Contratos de riesgo compartido, ¿con medicamentos huérfanos?

2012 
Objective: To summarize available information on share risk agreements (RSA) with orphan drugs (OD). Methods: A bibliographic search was carried out in MEDLINE, EMBASE and INAHTA using 19 keywords and combinations thereof. Papers published as original, narrative and systematic reviews, editorials, commentaries, letters to the Editor, and special articles were included and reviewed. Public or private institutional reports or documents found in Google that contained relevant information were also reviewed. Results: experience gained so far with RSA is scant. No published rigorous evaluations of outcomes of these agreements were found.

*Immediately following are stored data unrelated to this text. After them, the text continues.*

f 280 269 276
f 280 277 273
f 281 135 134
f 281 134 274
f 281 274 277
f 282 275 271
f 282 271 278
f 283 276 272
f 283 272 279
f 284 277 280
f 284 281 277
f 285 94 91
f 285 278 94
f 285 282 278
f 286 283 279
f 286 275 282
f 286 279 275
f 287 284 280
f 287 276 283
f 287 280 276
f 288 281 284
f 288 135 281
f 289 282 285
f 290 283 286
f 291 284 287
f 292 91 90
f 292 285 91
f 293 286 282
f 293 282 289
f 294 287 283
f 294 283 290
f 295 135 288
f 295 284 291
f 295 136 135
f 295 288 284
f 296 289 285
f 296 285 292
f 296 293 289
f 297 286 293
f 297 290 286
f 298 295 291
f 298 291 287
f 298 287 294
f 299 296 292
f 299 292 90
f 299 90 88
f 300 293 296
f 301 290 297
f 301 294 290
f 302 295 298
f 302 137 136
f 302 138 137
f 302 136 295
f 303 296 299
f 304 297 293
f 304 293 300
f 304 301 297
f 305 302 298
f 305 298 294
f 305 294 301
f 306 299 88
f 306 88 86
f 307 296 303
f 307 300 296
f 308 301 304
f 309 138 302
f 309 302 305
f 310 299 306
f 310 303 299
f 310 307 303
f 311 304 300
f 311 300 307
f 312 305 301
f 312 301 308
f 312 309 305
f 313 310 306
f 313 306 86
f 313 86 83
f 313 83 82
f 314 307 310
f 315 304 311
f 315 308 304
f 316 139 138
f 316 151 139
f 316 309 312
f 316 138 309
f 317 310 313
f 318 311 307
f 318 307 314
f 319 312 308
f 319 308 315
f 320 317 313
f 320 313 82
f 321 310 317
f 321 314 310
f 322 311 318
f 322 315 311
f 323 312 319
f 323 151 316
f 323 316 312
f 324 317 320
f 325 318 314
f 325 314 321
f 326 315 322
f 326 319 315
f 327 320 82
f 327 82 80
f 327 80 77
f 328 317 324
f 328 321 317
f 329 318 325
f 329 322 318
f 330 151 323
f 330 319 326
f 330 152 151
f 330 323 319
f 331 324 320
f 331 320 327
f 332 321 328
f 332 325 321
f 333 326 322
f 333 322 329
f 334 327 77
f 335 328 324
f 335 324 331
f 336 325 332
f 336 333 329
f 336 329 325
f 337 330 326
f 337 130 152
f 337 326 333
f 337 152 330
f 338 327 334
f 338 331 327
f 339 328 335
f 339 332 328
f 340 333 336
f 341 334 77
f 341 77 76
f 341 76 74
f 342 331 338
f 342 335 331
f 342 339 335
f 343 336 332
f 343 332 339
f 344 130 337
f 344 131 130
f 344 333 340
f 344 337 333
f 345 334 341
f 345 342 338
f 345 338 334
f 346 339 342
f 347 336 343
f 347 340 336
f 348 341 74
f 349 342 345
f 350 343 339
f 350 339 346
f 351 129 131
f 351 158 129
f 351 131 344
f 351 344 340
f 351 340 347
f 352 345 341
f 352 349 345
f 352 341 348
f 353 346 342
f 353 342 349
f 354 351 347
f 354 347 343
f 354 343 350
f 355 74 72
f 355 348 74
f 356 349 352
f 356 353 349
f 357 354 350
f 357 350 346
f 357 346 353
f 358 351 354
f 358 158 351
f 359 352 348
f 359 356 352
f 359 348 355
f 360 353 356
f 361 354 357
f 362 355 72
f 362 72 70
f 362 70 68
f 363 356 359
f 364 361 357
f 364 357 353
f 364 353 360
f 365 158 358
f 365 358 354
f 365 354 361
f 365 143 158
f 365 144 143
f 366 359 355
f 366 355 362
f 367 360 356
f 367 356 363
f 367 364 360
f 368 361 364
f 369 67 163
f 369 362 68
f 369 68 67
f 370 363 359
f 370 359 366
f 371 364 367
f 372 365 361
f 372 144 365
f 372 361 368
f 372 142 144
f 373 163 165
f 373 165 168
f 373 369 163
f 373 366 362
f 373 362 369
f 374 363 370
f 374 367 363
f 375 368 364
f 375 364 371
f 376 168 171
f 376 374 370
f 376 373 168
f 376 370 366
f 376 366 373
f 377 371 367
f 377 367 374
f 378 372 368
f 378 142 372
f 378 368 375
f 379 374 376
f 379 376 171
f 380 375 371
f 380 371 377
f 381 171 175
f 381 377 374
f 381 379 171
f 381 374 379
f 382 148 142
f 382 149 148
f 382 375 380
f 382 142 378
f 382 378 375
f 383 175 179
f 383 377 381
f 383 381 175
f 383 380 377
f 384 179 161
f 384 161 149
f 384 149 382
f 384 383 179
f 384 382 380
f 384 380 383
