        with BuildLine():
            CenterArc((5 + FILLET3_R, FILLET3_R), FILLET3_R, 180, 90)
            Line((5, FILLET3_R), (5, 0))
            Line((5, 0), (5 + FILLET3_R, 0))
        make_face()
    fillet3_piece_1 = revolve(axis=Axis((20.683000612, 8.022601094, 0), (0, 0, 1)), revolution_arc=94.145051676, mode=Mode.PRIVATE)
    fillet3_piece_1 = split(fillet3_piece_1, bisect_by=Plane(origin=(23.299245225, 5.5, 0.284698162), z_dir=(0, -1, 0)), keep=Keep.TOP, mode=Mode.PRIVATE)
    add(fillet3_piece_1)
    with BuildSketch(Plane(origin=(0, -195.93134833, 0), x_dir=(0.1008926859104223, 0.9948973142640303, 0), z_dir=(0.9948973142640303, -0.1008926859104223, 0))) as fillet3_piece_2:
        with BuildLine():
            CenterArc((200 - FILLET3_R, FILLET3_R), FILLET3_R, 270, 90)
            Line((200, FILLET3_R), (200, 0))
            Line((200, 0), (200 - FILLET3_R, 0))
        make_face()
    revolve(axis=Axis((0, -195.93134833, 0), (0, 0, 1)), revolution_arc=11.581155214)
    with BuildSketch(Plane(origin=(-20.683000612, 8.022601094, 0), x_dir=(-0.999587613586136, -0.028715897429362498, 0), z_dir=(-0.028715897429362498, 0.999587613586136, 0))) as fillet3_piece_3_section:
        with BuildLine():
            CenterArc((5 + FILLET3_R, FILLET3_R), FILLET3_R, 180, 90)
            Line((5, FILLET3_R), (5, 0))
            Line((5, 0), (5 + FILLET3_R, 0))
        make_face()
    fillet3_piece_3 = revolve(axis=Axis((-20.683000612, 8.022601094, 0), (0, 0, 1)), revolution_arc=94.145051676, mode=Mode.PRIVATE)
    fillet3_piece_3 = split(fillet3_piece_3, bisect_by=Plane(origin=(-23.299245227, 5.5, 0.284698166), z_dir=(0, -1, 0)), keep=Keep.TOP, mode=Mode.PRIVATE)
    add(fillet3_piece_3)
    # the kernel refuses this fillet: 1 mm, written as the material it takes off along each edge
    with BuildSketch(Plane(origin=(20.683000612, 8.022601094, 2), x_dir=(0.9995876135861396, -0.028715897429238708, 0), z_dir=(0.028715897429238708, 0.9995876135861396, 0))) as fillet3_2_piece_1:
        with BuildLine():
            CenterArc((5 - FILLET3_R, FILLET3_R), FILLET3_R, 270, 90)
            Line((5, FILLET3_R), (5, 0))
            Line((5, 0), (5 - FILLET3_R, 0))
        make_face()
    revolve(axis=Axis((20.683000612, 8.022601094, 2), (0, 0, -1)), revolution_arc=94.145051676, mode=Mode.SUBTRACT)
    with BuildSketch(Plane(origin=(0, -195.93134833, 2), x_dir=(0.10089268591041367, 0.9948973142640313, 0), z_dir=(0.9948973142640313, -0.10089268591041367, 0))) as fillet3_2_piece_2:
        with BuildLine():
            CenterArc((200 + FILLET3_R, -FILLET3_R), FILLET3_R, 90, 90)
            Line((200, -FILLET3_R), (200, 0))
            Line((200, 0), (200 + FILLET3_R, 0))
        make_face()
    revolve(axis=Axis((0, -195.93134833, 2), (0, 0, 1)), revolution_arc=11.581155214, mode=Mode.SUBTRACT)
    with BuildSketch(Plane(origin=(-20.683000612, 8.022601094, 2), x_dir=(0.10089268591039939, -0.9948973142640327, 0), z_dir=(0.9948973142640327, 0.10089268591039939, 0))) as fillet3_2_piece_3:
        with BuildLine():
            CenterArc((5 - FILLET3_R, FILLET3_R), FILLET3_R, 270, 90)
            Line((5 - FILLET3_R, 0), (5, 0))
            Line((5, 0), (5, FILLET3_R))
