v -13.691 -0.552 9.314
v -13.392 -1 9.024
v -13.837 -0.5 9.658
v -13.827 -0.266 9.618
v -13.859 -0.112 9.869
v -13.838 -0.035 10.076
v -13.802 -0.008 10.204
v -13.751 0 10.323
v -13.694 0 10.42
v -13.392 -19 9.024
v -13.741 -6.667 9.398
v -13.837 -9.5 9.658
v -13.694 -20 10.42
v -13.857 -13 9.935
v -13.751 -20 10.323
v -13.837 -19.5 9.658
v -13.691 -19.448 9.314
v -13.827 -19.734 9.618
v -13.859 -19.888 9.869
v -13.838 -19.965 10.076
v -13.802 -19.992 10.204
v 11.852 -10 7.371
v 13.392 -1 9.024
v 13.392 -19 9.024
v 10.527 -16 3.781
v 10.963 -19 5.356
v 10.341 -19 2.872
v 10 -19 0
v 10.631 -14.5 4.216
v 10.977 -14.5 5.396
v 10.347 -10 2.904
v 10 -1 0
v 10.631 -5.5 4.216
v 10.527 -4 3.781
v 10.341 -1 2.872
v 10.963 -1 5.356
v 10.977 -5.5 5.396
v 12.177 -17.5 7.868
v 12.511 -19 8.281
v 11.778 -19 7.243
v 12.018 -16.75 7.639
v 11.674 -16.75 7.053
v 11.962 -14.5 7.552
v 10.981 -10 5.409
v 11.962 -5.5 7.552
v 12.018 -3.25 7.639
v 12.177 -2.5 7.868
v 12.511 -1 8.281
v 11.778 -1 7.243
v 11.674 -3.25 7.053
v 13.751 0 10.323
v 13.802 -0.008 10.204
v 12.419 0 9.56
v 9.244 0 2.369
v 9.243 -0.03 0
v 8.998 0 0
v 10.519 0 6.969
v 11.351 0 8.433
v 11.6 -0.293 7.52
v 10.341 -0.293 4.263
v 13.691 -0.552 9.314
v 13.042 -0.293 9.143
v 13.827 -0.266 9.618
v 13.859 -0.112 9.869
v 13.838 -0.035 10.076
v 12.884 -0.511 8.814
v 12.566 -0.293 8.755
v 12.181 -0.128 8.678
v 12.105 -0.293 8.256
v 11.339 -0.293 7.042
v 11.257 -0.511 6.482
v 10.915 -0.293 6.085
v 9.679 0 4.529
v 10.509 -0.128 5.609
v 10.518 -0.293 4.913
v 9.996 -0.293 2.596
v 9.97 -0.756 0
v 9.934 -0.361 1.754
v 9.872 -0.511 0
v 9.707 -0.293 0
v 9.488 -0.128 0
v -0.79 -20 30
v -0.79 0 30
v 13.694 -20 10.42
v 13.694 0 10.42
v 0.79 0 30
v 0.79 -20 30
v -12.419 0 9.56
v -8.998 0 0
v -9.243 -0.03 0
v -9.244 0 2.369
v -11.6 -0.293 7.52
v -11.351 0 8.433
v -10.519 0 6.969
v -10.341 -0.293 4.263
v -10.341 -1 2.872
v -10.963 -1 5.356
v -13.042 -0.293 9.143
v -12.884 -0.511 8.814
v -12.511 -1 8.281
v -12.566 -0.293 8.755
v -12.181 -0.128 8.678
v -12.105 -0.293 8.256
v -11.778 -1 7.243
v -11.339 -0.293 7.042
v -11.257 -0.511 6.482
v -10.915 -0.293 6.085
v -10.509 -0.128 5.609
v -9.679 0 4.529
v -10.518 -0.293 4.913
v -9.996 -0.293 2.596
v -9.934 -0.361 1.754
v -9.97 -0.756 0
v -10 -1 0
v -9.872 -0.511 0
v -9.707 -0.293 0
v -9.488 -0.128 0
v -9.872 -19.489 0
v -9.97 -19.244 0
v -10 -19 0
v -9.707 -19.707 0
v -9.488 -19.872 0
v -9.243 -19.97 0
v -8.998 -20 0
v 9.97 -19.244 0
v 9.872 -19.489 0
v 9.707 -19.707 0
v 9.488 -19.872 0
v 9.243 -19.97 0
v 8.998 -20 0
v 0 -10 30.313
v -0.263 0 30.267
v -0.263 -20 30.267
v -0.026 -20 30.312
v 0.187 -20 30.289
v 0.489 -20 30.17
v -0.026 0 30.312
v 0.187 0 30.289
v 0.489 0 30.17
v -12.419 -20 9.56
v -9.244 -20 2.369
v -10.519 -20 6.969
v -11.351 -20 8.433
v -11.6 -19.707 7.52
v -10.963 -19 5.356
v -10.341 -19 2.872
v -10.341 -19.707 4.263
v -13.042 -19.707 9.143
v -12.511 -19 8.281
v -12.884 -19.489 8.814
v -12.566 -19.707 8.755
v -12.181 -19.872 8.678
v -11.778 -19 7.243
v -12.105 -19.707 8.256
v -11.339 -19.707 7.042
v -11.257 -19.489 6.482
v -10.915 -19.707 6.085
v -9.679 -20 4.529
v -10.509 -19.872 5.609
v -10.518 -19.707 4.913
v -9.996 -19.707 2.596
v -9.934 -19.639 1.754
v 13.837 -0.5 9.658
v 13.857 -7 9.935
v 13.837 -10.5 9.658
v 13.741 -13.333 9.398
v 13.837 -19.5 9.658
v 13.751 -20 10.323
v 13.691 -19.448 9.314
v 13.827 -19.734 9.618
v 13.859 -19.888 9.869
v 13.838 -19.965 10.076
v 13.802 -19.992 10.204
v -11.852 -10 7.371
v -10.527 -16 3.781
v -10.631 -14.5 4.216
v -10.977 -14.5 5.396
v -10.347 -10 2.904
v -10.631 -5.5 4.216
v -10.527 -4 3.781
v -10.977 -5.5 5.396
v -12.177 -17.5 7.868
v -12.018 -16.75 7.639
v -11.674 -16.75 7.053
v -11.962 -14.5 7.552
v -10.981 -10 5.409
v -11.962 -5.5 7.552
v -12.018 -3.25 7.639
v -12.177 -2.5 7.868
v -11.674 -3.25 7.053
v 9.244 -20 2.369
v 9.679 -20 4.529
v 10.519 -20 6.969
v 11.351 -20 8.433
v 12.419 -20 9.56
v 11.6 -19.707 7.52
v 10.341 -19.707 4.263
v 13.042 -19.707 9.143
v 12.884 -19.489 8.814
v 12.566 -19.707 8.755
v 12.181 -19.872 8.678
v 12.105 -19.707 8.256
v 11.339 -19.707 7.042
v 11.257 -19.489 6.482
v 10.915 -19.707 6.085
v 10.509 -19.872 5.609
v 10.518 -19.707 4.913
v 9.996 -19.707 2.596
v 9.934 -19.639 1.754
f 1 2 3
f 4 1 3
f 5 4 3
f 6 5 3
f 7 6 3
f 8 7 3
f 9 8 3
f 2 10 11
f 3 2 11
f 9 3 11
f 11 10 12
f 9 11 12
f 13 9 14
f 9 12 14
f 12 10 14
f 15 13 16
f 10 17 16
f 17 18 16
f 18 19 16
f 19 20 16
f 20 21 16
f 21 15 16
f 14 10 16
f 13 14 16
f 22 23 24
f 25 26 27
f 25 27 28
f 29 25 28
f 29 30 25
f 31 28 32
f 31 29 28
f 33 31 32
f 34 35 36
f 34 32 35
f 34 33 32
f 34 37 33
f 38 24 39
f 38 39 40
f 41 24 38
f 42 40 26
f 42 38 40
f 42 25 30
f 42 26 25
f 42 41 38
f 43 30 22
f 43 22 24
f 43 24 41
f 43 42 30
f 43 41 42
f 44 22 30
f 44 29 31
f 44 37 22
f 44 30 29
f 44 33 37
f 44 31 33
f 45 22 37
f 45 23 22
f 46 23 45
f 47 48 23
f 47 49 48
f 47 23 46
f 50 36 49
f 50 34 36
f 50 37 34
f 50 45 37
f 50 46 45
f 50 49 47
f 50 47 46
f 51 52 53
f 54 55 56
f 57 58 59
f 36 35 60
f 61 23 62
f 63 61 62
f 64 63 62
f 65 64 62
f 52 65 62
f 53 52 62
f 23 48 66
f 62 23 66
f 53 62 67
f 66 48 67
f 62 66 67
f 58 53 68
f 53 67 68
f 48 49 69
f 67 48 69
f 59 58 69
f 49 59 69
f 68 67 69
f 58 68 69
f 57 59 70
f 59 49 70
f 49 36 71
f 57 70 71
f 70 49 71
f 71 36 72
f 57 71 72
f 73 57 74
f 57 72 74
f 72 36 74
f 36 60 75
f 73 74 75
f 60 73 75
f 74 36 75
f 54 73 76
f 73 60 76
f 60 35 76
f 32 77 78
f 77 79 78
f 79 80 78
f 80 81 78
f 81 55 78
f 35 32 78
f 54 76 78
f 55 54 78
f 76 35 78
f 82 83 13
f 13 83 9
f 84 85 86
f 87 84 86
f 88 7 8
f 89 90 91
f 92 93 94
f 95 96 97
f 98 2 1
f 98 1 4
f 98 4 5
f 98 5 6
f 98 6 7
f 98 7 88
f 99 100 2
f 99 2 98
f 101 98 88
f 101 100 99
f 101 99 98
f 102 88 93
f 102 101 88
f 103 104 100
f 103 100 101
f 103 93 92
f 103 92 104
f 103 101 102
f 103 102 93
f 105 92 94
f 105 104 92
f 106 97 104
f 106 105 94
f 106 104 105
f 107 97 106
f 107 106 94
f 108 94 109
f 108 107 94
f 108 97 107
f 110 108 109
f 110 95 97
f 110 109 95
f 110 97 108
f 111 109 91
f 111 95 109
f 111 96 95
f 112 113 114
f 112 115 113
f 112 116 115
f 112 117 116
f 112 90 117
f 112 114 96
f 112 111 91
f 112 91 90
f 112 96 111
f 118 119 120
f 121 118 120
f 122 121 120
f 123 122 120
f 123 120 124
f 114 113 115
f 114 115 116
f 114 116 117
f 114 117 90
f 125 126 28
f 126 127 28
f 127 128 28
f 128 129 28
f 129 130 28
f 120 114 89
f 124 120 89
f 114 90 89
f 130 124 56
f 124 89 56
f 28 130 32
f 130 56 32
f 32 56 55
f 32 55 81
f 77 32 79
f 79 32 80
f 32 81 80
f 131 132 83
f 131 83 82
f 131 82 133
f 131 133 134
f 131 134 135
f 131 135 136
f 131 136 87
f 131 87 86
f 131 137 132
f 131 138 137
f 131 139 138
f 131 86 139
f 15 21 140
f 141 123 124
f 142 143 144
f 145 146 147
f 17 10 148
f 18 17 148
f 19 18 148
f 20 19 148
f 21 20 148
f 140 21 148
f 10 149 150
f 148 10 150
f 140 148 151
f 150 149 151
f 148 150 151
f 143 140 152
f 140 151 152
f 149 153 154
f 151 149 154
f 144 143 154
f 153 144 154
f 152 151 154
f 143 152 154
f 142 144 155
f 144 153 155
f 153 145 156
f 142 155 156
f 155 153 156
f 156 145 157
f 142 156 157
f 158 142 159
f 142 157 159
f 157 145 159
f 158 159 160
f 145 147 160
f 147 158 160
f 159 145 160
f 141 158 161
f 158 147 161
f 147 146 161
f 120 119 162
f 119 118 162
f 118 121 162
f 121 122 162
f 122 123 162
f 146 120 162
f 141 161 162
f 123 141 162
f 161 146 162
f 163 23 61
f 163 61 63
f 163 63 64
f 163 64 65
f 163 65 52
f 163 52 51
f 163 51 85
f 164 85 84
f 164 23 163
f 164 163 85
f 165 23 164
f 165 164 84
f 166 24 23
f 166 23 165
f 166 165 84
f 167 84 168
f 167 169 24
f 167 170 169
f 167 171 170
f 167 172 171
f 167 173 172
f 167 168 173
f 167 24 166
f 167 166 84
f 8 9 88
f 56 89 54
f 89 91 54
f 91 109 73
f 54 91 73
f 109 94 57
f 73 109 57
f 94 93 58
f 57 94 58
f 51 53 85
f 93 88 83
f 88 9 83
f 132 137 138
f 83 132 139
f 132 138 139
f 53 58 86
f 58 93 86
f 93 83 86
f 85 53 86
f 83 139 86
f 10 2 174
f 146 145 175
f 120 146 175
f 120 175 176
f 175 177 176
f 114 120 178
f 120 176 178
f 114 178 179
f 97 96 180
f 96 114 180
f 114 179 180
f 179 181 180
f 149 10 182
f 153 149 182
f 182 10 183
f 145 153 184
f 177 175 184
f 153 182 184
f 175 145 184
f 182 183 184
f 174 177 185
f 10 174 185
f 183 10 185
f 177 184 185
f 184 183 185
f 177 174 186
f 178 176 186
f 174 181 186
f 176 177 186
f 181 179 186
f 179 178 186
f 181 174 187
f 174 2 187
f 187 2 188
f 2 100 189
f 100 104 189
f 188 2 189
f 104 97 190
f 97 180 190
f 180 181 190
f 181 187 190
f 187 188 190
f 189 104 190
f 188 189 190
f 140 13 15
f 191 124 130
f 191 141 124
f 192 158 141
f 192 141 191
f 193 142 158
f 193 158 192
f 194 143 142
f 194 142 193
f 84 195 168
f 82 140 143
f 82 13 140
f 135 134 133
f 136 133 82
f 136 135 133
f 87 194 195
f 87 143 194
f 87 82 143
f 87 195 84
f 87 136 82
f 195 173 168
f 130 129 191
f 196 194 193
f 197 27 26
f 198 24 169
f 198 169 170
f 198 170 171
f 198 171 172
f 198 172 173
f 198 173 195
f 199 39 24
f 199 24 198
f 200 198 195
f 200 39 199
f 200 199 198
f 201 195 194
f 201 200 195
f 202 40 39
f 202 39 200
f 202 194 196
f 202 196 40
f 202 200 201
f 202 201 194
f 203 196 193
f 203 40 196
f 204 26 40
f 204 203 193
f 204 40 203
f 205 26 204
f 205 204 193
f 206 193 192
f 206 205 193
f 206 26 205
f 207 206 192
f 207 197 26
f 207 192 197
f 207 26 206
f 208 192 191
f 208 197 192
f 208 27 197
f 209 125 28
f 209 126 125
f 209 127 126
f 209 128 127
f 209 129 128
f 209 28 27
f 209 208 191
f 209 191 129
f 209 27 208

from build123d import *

# Parameters (mm, degrees)
F1_DEPTH = 20
F2_R     = 1


# Not quite as in the source:
# - a feature names something its author has since deleted; it is built from what else it names


with BuildPart() as f1:
    # F0 (on Front) → F1 (new body)
    with BuildSketch(Plane.XZ):
        with BuildLine():
            add(Edge.make_bspline(
                [(-14.320673421, 9.4697382301), (-13.2394510975, 9.0805694331), (-11.3333298848, 7.4710466695), (-10.1861008598, 3.0568630532), (-10, 0)],
                knots=[0, 0, 0, 0, 0.3950023229, 1, 1, 1, 1], degree=3))
            Line((-10, 0), (0, 0))
            Line((0, 0), (10, 0))
            add(Edge.make_bspline(
                [(14.320673421, 9.4697382301), (13.2394510975, 9.0805694331), (11.3333298848, 7.4710466695), (10.1861008598, 3.0568630532), (10, 0)],
                knots=[0, 0, 0, 0, 0.3950023229, 1, 1, 1, 1], degree=3))
            Line((14.320673421, 9.4697382301), (0.7904520571, 30))
            add(Edge.make_bspline(
                [(-0.7904520571, 30), (-0.5269680381, 30.1565037668), (0, 30.4695113003), (0.5269680381, 30.1565037668), (0.7904520571, 30)],
                knots=[0, 0, 0, 0, 0.5, 1, 1, 1, 1], degree=3))
            Line((-0.7904520571, 30), (-14.320673421, 9.4697382301))
        make_face()
    extrude(amount=F1_DEPTH)

    # F2
    f2_edges = [f1.edges().sort_by_distance(p)[0] for p in [
        (-14.320673, -10, 9.469738),
        (14.320673, -10, 9.469738),
        (-10.973556, 0, 5.385962),
        (-10.973556, -20, 5.385962),
        (10.973556, 0, 5.385962),
        (10.973556, -20, 5.385962),
    ]]
    fillet(f2_edges, radius=F2_R)


solid = f1.part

It seems, however, that OD are suitable for introduction in clinical practice by means of RSA. There are two main types of RSA: financially based, and performance-outcome based. A number of theoretical advantages of SRA are described, as well as hurdles that hinder their design, implementation, and followup, and thus endangering their success. Very few RSA have clearly succeed so far. Conclusions: If thoroughly managed, RSA may reasonably contribute to value-based pricing of OD, improve their pharmacovigilance, knowledge about their comparative effectiveness, and to reducing uncertainty and its consequences on patients, industry, payers and clinicians. There are technical groups that can bring the essential knowledge to manage RSA in Spain. The challenge now is to be able to harmonize their assessments and appraisals, to put in motion the mechanisms needed to overcome those hurdles, and to provide them adequate political and institutional support.